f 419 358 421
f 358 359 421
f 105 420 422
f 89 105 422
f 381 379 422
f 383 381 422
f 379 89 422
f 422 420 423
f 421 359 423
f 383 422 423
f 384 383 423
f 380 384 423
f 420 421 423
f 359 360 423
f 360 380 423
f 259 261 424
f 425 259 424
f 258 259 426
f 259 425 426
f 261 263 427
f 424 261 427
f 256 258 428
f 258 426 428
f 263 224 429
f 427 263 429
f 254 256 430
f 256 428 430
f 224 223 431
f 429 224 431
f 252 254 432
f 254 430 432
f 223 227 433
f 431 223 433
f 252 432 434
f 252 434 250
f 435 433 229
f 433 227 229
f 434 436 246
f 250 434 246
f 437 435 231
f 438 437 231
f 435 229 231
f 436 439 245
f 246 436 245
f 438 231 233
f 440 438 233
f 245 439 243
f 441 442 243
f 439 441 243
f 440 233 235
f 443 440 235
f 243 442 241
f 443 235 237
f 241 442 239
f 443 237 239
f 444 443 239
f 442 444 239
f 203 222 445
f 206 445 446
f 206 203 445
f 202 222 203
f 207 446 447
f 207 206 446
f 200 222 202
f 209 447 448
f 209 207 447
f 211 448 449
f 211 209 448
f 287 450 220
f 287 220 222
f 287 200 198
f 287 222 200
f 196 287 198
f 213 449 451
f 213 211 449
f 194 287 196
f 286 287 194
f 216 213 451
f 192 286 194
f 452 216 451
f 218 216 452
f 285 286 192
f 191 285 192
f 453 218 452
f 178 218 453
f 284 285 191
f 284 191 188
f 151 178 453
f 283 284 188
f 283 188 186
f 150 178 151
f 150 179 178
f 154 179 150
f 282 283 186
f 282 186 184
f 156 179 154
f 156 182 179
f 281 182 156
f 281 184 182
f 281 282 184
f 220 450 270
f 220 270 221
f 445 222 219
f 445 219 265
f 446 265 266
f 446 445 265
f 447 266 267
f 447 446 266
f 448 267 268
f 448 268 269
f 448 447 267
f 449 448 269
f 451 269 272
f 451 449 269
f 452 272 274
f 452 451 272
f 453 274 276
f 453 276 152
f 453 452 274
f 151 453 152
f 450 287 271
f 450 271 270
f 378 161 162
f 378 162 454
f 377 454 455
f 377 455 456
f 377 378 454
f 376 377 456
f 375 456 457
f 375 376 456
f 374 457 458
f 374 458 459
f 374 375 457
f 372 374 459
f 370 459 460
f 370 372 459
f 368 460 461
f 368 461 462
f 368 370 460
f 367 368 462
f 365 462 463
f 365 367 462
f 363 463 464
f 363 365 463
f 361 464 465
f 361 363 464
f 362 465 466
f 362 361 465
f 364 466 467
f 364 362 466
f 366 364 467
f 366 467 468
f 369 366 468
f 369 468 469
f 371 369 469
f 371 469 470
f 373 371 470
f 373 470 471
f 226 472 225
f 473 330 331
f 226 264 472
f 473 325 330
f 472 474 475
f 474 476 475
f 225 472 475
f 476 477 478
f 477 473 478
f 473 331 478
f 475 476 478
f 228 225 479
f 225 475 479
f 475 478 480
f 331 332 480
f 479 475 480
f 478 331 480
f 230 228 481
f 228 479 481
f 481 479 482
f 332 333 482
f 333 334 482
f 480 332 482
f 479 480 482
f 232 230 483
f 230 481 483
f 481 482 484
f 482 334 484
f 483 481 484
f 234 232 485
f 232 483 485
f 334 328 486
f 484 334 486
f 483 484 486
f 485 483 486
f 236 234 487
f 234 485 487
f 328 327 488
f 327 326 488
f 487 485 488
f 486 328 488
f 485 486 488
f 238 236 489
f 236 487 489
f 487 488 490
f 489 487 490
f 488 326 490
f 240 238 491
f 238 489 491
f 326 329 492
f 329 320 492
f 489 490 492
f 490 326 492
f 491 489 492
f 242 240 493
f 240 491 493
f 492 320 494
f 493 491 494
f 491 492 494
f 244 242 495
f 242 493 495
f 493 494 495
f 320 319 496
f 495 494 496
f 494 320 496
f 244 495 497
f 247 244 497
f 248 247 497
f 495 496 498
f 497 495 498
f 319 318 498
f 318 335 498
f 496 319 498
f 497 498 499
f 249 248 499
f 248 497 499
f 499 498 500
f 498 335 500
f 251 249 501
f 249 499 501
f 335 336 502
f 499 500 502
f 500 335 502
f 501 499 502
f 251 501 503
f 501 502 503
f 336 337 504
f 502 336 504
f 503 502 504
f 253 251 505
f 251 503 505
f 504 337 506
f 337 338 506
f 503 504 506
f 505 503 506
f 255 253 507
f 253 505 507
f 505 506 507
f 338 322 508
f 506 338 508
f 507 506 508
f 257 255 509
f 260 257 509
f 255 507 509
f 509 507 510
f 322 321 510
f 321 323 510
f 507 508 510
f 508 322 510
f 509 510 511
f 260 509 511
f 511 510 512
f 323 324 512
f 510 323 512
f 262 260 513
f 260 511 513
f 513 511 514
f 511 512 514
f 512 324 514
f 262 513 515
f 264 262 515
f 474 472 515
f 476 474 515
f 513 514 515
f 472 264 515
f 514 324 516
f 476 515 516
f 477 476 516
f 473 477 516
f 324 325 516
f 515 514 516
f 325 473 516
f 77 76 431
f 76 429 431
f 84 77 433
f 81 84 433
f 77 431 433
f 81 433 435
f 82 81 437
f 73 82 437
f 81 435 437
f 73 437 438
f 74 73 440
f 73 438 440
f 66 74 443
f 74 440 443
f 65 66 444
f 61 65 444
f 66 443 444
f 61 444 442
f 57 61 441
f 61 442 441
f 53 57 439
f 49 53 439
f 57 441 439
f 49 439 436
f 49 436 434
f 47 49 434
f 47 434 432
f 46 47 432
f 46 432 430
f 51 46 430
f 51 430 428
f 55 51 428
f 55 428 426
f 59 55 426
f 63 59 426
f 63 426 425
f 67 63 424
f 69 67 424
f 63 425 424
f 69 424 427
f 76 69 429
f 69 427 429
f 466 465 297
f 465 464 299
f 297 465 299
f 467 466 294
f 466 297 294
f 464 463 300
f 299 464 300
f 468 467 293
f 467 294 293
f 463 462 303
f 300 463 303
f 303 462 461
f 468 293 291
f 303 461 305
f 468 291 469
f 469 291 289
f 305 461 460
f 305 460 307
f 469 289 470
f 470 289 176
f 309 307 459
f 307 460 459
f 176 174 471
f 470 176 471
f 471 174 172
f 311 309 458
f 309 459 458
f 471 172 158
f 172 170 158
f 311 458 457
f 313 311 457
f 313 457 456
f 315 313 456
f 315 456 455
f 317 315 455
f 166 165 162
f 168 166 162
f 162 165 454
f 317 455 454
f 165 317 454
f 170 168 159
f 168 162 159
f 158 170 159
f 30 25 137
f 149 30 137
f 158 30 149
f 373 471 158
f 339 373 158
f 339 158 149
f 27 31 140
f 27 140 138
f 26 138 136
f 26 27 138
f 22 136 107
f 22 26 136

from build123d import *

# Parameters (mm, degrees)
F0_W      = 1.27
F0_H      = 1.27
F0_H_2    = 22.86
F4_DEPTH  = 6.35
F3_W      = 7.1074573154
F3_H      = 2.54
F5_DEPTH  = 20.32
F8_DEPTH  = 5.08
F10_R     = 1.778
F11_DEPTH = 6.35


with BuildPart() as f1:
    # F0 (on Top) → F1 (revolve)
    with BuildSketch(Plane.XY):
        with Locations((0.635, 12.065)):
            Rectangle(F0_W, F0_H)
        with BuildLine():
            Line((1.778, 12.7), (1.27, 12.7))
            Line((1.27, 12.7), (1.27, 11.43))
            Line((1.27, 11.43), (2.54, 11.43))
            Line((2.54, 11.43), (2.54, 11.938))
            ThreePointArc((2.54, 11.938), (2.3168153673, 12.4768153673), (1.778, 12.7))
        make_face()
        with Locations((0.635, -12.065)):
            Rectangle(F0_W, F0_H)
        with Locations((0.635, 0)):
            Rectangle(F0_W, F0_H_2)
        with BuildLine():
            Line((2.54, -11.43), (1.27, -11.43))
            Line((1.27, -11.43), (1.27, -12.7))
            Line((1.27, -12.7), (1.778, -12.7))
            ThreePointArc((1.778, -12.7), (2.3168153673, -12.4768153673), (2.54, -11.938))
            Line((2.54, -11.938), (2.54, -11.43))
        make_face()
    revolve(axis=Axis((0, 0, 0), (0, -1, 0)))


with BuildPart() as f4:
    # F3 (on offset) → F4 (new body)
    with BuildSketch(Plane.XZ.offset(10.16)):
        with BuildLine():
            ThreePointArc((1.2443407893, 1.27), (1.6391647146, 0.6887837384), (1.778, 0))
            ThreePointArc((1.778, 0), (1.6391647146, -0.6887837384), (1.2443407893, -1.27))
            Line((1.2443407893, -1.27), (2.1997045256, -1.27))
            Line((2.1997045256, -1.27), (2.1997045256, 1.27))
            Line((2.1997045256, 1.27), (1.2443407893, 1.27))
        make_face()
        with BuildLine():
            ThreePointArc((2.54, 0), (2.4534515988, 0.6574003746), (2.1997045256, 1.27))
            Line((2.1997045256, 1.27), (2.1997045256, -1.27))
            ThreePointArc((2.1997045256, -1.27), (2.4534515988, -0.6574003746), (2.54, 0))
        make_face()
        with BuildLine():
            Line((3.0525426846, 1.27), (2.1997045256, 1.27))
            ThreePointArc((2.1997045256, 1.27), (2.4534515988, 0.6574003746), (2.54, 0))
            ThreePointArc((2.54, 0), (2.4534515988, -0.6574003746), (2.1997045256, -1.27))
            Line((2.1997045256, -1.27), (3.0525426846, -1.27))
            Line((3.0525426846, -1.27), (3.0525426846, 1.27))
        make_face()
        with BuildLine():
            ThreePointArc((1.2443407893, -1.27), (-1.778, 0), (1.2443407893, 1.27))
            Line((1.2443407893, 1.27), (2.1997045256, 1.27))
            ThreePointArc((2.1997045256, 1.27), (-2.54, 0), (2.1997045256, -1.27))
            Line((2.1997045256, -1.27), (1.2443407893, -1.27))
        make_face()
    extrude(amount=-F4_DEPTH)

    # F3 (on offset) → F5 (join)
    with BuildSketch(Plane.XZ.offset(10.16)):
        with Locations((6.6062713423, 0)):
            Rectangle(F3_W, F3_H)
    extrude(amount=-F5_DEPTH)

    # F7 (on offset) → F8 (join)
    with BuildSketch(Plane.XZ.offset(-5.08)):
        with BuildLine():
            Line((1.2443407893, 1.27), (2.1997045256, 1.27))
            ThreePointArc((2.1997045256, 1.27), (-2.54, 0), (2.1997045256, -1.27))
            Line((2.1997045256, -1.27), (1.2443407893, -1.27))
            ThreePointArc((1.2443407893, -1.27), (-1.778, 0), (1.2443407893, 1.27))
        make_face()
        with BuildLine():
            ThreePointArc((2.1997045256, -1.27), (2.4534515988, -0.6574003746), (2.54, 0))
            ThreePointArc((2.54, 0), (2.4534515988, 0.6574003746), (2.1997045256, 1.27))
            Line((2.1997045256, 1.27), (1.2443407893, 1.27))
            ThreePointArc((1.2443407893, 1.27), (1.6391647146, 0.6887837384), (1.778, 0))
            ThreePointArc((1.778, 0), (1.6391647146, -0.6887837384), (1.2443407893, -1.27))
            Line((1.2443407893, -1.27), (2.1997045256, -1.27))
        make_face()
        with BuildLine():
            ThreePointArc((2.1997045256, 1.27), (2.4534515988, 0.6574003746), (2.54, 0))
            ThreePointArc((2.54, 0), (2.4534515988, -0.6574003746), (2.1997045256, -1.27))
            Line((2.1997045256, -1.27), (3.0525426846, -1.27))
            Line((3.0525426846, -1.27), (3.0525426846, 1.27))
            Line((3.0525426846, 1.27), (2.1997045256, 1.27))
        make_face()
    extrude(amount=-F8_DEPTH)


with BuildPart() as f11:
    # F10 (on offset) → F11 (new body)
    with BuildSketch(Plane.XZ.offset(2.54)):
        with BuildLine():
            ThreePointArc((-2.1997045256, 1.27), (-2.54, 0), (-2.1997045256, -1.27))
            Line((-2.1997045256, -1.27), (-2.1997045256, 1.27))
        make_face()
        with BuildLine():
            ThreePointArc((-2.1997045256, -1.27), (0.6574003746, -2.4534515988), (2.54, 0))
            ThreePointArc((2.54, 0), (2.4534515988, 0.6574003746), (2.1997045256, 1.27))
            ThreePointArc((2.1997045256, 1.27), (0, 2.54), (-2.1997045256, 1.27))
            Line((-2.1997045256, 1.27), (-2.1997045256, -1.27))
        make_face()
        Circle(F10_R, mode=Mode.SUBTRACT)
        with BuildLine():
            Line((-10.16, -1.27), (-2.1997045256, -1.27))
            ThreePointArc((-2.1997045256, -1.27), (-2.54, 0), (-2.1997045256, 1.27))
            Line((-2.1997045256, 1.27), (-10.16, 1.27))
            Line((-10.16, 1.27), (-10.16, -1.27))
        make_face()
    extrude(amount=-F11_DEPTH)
+ + + +
▶ **Exercise**
From the records above, quote only the lines running from the line with "f 63 426 425" to the line with "f 313 457 456", both lines included.

▶ **Answer to this exercise**
f 63 426 425
f 67 63 424
f 69 67 424
f 63 425 424
f 69 424 427
f 76 69 429
f 69 427 429
f 466 465 297
f 465 464 299
f 297 465 299
f 467 466 294
f 466 297 294
f 464 463 300
f 299 464 300
f 468 467 293
f 467 294 293
f 463 462 303
f 300 463 303
f 303 462 461
f 468 293 291
f 303 461 305
f 468 291 469
f 469 291 289
f 305 461 460
f 305 460 307
f 469 289 470
f 470 289 176
f 309 307 459
f 307 460 459
f 176 174 471
f 470 176 471
f 471 174 172
f 311 309 458
f 309 459 458
f 471 172 158
f 172 170 158
f 311 458 457
f 313 311 457
f 313 457 456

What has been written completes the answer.